Driver X's are what you get when you wanna put a boot up someones ass?:dunno:


----------



## SnowDragon (Apr 23, 2012)

I got last year's Status boots from DC on sale this year.
Love them.
Stiff, responsive, but still comfortable for this kind of boot.
And yes, I like the dual boa lacing also.

Salomon Malamutes are probably the stiffest boot I've tried on. But painfully stiff IMO.


----------



## brapncarve (Dec 17, 2012)

RockSteady said:


> Driver X's are what you get when you wanna put a boot up someones ass?:dunno:


should work fine for that too.:icon_scratch:


----------



## RockSteady (Jan 14, 2013)

brapncarve said:


> should work fine for that too.:icon_scratch:


:thumbsup: Ordering now :yahoo:


----------



## poutanen (Dec 22, 2011)

nmsoccerman said:


> Anyone got any ideas on a good stiff, responsive boot? I currently am looking at dc statuses, ride t1, and Burton driver x. Which of these would you prefer? also dc judge is another option. I currently am riding a burton moto from like 4 years ago, so i would like suggestions on a stiffer boot


I've had a few pair of Driver Xs and love them, but they fit my feet right, they might not fit your feet right.

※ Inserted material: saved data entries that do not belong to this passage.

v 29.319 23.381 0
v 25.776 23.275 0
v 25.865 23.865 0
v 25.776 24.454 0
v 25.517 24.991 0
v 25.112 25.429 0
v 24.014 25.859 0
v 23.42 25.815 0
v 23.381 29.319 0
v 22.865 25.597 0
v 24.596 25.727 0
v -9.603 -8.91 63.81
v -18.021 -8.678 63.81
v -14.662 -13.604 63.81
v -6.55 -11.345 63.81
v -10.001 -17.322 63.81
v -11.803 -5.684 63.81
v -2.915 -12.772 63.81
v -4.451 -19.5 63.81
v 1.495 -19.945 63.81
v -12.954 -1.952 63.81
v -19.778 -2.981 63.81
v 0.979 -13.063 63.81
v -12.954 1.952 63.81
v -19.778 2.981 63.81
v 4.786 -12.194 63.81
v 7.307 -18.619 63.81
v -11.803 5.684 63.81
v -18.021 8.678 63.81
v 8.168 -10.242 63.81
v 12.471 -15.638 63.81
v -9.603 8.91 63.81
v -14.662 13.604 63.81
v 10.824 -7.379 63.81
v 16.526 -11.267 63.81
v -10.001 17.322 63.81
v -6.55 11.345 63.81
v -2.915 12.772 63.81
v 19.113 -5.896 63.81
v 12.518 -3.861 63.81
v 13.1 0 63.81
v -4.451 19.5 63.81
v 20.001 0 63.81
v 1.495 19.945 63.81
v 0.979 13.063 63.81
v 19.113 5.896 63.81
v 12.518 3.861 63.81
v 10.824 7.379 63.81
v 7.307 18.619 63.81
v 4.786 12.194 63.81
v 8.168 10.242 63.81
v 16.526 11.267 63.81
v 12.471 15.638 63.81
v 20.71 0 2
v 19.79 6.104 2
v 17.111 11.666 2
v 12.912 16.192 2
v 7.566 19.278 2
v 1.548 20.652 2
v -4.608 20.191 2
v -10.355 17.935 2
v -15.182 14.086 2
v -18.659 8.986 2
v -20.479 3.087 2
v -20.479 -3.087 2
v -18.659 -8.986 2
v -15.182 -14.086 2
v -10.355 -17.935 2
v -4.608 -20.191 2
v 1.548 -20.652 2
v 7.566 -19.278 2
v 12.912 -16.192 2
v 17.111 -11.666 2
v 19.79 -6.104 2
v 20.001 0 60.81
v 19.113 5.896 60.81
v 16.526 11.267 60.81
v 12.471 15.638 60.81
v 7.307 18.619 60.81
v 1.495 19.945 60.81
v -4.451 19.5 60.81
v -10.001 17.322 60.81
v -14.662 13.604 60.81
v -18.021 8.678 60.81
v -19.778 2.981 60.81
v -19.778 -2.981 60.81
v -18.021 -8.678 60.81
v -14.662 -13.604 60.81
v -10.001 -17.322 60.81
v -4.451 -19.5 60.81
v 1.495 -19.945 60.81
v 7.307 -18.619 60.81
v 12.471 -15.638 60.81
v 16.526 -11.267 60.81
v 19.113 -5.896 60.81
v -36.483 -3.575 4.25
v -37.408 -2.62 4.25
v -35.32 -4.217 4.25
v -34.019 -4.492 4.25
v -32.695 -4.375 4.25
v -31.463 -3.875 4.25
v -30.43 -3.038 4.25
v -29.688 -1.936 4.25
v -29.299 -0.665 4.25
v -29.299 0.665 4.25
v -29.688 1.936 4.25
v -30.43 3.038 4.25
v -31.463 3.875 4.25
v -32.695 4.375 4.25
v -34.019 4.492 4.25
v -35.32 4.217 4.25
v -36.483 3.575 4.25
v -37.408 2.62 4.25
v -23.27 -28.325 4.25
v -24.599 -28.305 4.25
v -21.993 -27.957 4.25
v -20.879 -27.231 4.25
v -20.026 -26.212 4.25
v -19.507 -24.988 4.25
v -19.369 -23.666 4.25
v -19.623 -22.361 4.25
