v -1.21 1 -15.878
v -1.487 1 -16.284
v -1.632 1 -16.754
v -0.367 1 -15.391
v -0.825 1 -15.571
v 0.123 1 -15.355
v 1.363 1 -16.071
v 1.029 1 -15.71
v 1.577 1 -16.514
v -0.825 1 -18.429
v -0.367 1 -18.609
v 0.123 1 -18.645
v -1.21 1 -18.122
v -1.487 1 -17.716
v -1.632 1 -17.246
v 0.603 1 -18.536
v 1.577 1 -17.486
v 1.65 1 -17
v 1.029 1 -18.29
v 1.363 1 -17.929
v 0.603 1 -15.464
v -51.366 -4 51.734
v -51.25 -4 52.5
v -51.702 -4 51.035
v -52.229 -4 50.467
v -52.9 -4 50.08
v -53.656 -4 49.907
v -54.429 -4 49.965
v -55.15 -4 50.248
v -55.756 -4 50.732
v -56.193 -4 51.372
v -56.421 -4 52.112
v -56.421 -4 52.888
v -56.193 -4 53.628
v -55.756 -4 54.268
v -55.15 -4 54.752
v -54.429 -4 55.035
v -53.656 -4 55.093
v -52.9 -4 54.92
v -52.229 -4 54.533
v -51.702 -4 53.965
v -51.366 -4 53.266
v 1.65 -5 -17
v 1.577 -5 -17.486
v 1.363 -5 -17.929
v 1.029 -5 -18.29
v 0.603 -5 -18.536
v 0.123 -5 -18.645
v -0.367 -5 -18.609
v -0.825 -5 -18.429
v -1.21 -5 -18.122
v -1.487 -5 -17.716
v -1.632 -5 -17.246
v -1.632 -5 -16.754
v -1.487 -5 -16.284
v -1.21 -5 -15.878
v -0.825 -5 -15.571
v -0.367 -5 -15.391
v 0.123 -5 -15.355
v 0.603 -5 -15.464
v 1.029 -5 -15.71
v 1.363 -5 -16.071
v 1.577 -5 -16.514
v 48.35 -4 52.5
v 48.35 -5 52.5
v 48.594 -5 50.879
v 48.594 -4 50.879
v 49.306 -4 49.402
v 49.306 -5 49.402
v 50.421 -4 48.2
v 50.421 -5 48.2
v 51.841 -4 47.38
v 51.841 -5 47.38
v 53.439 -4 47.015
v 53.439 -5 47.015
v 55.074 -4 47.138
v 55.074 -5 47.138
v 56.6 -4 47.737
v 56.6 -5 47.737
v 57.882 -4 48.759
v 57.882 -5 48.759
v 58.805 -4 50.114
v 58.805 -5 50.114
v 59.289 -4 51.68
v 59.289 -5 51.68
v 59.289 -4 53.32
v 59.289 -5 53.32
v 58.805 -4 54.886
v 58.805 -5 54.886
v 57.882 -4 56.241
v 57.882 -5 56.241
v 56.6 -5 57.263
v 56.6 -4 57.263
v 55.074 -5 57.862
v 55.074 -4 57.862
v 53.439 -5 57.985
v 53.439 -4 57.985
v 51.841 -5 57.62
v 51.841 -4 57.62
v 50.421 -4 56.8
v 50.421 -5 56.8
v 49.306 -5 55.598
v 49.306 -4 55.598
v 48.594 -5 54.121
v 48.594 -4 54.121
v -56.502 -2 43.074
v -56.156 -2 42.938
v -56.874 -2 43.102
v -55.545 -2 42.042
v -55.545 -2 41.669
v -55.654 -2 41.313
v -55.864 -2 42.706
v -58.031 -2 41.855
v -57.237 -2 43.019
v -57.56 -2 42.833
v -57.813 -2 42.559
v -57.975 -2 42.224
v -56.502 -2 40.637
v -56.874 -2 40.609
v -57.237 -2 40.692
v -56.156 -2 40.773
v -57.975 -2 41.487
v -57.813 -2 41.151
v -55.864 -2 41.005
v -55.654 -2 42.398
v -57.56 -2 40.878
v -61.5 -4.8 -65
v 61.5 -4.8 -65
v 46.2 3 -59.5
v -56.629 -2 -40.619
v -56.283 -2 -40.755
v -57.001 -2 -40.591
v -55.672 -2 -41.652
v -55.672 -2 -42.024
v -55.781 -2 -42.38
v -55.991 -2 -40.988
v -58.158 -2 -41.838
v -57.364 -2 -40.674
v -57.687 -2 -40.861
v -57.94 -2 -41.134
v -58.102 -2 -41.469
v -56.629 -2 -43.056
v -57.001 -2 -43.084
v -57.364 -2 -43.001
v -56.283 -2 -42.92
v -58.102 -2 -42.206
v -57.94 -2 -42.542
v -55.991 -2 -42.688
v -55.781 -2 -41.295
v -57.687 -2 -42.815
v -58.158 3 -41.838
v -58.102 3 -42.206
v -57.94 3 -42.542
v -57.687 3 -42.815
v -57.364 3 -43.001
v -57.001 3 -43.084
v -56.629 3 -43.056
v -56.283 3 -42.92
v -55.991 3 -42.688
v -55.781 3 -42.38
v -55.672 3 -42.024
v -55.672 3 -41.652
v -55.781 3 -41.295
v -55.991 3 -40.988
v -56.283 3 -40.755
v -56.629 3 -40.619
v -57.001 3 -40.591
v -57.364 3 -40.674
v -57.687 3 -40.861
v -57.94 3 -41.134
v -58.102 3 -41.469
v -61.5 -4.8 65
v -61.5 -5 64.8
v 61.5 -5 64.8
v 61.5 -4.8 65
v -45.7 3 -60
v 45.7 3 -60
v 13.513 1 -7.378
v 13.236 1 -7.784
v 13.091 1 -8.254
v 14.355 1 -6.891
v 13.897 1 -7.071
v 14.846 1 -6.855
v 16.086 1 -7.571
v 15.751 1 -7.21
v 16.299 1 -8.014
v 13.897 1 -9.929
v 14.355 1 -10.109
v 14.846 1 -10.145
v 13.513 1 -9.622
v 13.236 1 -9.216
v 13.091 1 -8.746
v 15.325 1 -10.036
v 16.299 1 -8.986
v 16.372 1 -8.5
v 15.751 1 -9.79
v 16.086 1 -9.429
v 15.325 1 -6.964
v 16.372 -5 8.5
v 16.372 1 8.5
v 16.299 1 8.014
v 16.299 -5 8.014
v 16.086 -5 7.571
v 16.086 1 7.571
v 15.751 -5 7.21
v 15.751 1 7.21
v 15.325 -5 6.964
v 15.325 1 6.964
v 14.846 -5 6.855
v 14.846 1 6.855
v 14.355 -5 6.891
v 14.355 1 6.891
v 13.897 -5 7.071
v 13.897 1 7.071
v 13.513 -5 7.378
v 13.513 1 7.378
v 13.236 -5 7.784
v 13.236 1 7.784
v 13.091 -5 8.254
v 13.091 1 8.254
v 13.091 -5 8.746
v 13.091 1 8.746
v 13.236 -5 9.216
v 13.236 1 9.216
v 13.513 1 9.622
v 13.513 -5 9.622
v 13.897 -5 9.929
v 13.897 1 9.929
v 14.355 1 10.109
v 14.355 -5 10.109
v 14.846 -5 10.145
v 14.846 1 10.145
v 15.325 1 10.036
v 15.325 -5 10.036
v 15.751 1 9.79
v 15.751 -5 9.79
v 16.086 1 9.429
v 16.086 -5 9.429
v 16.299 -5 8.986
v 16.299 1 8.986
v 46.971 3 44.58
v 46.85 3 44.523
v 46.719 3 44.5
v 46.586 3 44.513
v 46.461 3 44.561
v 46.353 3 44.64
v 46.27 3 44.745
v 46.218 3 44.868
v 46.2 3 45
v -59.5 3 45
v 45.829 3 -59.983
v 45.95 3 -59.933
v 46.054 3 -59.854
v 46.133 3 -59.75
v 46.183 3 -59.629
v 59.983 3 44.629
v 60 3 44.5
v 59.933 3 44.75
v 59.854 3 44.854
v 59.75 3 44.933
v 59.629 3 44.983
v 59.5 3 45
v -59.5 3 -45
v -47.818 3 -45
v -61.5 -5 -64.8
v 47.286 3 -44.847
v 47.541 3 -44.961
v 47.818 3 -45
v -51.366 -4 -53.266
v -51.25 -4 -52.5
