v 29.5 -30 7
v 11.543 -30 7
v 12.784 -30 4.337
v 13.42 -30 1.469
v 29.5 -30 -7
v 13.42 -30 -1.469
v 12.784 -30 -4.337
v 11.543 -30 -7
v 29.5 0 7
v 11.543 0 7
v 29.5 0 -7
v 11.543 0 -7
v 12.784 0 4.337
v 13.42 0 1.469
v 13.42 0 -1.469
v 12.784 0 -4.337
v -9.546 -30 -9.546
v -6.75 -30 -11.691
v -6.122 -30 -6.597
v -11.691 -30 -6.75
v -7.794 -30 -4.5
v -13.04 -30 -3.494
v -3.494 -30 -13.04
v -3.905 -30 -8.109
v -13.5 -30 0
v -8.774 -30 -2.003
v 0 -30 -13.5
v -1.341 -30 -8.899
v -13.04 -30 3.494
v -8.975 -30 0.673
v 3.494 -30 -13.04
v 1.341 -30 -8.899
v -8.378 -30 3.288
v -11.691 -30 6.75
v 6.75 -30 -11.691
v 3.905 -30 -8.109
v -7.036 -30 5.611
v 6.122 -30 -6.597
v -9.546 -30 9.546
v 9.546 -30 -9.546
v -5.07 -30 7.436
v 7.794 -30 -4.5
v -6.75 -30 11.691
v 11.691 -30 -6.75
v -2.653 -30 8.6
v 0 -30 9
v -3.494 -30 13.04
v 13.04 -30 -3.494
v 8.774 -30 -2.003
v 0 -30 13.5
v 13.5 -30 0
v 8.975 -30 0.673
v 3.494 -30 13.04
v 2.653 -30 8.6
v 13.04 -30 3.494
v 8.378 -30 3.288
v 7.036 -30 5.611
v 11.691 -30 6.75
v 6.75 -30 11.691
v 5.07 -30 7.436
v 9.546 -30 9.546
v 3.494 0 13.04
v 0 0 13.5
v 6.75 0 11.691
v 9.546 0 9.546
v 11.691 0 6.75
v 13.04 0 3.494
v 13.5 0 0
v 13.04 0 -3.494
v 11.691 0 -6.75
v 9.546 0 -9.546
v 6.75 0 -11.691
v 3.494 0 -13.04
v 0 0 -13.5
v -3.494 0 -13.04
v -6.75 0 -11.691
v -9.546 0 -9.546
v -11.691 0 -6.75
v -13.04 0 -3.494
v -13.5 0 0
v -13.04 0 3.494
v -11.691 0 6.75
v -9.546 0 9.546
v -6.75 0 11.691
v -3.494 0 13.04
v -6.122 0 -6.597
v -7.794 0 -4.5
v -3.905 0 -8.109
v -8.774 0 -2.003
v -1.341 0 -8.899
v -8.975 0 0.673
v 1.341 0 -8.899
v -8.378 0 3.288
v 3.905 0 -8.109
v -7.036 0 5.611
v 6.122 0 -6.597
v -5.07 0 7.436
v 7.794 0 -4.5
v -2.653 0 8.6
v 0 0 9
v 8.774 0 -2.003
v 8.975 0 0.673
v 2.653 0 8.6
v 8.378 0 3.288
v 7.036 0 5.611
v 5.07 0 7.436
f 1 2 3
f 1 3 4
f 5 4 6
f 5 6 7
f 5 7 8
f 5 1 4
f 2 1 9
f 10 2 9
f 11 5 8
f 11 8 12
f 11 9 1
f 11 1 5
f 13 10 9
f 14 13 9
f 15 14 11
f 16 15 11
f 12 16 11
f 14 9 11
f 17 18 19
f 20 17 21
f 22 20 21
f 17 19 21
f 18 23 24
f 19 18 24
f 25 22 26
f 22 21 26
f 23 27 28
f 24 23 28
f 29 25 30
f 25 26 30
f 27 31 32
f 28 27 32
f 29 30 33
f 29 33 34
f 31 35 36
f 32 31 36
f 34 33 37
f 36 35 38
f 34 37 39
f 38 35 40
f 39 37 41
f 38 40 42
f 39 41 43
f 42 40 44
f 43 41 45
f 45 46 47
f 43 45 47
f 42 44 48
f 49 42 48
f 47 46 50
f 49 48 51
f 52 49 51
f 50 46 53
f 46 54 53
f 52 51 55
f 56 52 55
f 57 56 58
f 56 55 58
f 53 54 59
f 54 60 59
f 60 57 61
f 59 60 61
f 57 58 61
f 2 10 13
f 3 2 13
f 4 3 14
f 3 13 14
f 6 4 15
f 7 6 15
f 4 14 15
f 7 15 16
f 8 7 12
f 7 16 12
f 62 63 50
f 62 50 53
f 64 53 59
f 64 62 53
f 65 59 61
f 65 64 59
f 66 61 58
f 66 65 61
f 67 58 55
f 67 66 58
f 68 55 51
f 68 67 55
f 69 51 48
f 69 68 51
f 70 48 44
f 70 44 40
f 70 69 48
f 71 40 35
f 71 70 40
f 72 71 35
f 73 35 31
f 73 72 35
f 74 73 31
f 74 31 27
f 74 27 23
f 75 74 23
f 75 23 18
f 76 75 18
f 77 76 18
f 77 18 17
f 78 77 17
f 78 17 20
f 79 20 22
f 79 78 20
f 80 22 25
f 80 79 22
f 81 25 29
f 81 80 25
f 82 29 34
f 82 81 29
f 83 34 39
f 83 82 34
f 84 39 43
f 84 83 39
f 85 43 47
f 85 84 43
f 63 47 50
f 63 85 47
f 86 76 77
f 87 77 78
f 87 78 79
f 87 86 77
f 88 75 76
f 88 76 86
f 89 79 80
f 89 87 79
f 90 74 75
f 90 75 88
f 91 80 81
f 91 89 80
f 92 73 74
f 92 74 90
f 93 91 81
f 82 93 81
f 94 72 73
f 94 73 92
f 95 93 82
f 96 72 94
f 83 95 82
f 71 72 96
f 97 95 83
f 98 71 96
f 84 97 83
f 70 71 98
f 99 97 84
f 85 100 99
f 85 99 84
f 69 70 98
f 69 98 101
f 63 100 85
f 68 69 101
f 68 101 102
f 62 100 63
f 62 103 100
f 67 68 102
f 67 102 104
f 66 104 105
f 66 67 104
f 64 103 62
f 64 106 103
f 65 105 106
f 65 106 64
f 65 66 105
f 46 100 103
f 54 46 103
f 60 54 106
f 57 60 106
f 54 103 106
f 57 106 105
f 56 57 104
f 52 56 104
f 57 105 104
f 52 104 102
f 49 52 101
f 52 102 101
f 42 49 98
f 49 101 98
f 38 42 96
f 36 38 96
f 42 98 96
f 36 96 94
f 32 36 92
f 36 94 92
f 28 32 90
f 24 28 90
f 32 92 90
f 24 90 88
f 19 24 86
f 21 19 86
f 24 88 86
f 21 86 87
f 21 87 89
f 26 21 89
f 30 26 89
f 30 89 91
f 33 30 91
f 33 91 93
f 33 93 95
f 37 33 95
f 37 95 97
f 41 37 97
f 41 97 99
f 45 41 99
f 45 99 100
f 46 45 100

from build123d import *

# Parameters (mm, degrees)
SKETCH1_R                = 13.5
BOSS_EXTRUDE1_DEPTH      = 30
SKETCH2_R                = 9
CUT_EXTRUDE1_DEPTH       = 36.559808773
BOSS_EXTRUDE3_REACH      = 56.141
BOSS_EXTRUDE3_END_RADIUS = 13.5
SKETCH3_W                = 14
SKETCH3_H                = 30


with BuildPart() as part:
    # Sketch1 → Boss-Extrude1 (new body)
    with BuildSketch(Plane(origin=(0, 0, 0), x_dir=(1, 0, 0), z_dir=(0, 1, 0))):
        with Locations(Location((0, 0, 0), (0, 0, 270))):
            Circle(SKETCH1_R)
    extrude(amount=-BOSS_EXTRUDE1_DEPTH)

    # Sketch2 → Cut-Extrude1 (cut, through all)
    with BuildSketch(Plane(origin=(0, 0, 0), x_dir=(1, 0, 0), z_dir=(0, 1, 0))):
        with Locations(Location((0, 0, 0), (0, 0, 270))):
            Circle(SKETCH2_R)
    extrude(amount=-CUT_EXTRUDE1_DEPTH, mode=Mode.SUBTRACT)


with BuildPart() as body_2:
    # Boss-Extrude3: up to this cylinder (the profile starts outside it)
    boss_extrude3_end = Plane(origin=(0, -15, 0), z_dir=(0, 1, 0)) * Cylinder(BOSS_EXTRUDE3_END_RADIUS, 140.282, mode=Mode.PRIVATE)
    # Sketch3 → Boss-Extrude3 (new, up to the surface)
    with BuildSketch(Plane(origin=(29.5, 0, 0), x_dir=(0, 0, -1), z_dir=(1, 0, 0)), mode=Mode.PRIVATE) as boss_extrude3_sk1:
        with Locations((0, -15)):
            Rectangle(SKETCH3_W, SKETCH3_H)
    boss_extrude3_tool1 = extrude(boss_extrude3_sk1.sketch, amount=-BOSS_EXTRUDE3_REACH, mode=Mode.PRIVATE) - boss_extrude3_end
    add(boss_extrude3_tool1.solids().sort_by_distance((29.5, -15, 0))[0])


solid = Compound([part.part, body_2.part])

Best bet if you want STIFF boots is to get a list of the stiff ones, and head down to shops to try them all on.

I bought my latest pair of drivers a half size smaller than I've ever bought a boot before, and they feel LOCKED. No heel movement, excellent support, response, etc. I have going on 75 days on them and they're still good and stiff.


----------



## KIRKRIDER (Mar 18, 2008)

nmsoccerman said:


> *Burton driver x.*


Love the removable supports to make them even stiffer. Perfect if you like carving, but they support your ankle well even in a long pow day.


----------



## Whoracle (Feb 6, 2012)

I like the K2 Maysis. Its not the stiffest, but it is a firm, comfortable stiff. Other stiffer boots I tried on were ski boot stiff and hurt just to wear them. These are firm enough, but have a nice flex to them when needed, and the ankle cuff is sweet. Took me a while to know how tight it needs to be to hold me snug and not cut off circulation though.


----------



## longboardsrule (Dec 6, 2012)

Just got a new set of drivers this year, love em! They are way lighter than the drivers of yesteryear, nice and stiff too.

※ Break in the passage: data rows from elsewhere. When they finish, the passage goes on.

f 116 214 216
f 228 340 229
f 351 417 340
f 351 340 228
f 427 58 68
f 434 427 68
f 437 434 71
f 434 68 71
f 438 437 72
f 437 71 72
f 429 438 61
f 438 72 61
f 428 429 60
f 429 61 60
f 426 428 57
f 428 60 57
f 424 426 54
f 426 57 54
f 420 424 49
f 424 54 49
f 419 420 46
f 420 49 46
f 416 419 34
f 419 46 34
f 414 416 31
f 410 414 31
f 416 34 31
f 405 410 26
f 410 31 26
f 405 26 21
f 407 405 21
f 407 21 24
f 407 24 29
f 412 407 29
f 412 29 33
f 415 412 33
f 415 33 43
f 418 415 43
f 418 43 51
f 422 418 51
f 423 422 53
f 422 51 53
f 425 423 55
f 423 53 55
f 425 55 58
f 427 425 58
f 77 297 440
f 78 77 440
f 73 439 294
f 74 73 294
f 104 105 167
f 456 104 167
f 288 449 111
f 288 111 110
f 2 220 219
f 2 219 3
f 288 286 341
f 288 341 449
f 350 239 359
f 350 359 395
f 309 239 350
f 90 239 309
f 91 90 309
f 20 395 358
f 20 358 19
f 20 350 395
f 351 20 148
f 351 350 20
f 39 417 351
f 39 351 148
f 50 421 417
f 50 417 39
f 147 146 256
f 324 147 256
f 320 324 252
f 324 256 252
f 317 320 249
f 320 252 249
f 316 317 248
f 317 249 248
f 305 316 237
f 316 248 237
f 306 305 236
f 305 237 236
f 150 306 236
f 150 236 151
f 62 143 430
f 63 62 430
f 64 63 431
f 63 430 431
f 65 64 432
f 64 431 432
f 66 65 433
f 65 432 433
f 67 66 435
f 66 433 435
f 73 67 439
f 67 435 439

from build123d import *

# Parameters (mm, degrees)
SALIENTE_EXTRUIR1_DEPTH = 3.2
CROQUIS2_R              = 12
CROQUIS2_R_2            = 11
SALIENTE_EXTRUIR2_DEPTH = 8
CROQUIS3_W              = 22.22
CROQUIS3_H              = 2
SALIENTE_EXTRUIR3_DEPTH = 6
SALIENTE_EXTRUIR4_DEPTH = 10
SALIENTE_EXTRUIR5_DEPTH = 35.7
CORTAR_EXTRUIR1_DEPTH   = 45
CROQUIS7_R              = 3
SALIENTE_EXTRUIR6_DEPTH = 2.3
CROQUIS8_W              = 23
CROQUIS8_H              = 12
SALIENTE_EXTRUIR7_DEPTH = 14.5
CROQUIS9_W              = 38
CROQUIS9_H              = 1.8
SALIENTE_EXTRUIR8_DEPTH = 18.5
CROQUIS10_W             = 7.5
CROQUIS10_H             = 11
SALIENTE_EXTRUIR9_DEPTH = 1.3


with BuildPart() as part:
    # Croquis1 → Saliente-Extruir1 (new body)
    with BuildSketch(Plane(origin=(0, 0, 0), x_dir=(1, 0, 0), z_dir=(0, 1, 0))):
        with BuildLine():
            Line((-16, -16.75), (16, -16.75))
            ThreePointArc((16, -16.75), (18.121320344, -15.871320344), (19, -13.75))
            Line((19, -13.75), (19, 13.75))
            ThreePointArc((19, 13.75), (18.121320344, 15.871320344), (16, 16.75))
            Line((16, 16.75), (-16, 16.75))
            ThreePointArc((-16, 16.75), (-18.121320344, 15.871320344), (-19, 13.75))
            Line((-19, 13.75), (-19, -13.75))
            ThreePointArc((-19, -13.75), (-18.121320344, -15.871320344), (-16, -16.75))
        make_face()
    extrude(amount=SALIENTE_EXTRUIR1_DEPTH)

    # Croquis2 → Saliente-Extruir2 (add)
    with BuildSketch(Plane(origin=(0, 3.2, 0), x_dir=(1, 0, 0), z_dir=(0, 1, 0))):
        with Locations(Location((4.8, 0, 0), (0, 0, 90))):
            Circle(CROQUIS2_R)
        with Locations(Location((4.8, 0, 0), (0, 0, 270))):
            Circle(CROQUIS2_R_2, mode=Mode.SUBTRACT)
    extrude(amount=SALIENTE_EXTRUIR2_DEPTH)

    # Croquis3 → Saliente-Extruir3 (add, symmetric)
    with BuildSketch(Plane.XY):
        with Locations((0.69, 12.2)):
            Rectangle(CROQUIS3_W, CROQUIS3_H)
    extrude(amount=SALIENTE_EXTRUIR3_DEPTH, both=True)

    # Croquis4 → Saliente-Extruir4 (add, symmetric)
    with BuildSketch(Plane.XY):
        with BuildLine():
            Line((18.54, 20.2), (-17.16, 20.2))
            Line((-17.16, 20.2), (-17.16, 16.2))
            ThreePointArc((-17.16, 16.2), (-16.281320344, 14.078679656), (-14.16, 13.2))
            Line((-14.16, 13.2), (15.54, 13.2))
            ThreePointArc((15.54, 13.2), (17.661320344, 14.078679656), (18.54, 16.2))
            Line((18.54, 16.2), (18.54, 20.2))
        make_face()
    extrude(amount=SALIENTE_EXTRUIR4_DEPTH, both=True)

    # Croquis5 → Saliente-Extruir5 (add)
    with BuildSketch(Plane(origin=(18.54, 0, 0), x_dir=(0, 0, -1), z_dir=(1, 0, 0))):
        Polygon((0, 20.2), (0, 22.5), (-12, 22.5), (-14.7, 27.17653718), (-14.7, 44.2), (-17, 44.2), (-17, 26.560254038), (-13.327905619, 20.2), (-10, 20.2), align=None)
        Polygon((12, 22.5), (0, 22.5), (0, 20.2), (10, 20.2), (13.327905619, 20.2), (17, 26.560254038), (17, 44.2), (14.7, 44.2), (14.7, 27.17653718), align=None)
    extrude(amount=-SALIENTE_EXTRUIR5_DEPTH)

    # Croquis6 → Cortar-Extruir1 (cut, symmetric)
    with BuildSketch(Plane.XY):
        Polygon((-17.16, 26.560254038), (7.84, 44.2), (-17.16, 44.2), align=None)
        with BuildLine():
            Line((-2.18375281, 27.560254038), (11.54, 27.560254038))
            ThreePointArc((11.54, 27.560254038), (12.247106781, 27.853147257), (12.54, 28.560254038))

Just got out of a pair of 8 year old drivers, they were still super stiff.


----------



## poutanen (Dec 22, 2011)

longboardsrule said:


> Just got a new set of drivers this year, love em! They are way lighter than the drivers of yesteryear, nice and stiff too.
> 
> Just got out of a pair of 8 year old drivers, they were still super stiff.


Damn it all now you've got me looking at new Drivers... Mine are 3 years old have about 75 days on them and 2500 km or so! :yahoo: Still feel like they're barely broken in...

The fact that yours were still stiff after 8 years is a good testament to their construction (either that or you almost never get out! lol)...


----------



## longboardsrule (Dec 6, 2012)

Lol, I am one of the few Burton Step in lovers. Bought new boots and bindings the last year they made step ins and just didnt want to do the traditional straps. At the end of last year the screws on the outside of the boots started digging into my ankles so I had to give them up.  They had a ton of days on em.

Thought flows might be sort of comparable to my beloved step in, but I was mistaken and am not stoked on these. Not sure what I am gonna do for next year. 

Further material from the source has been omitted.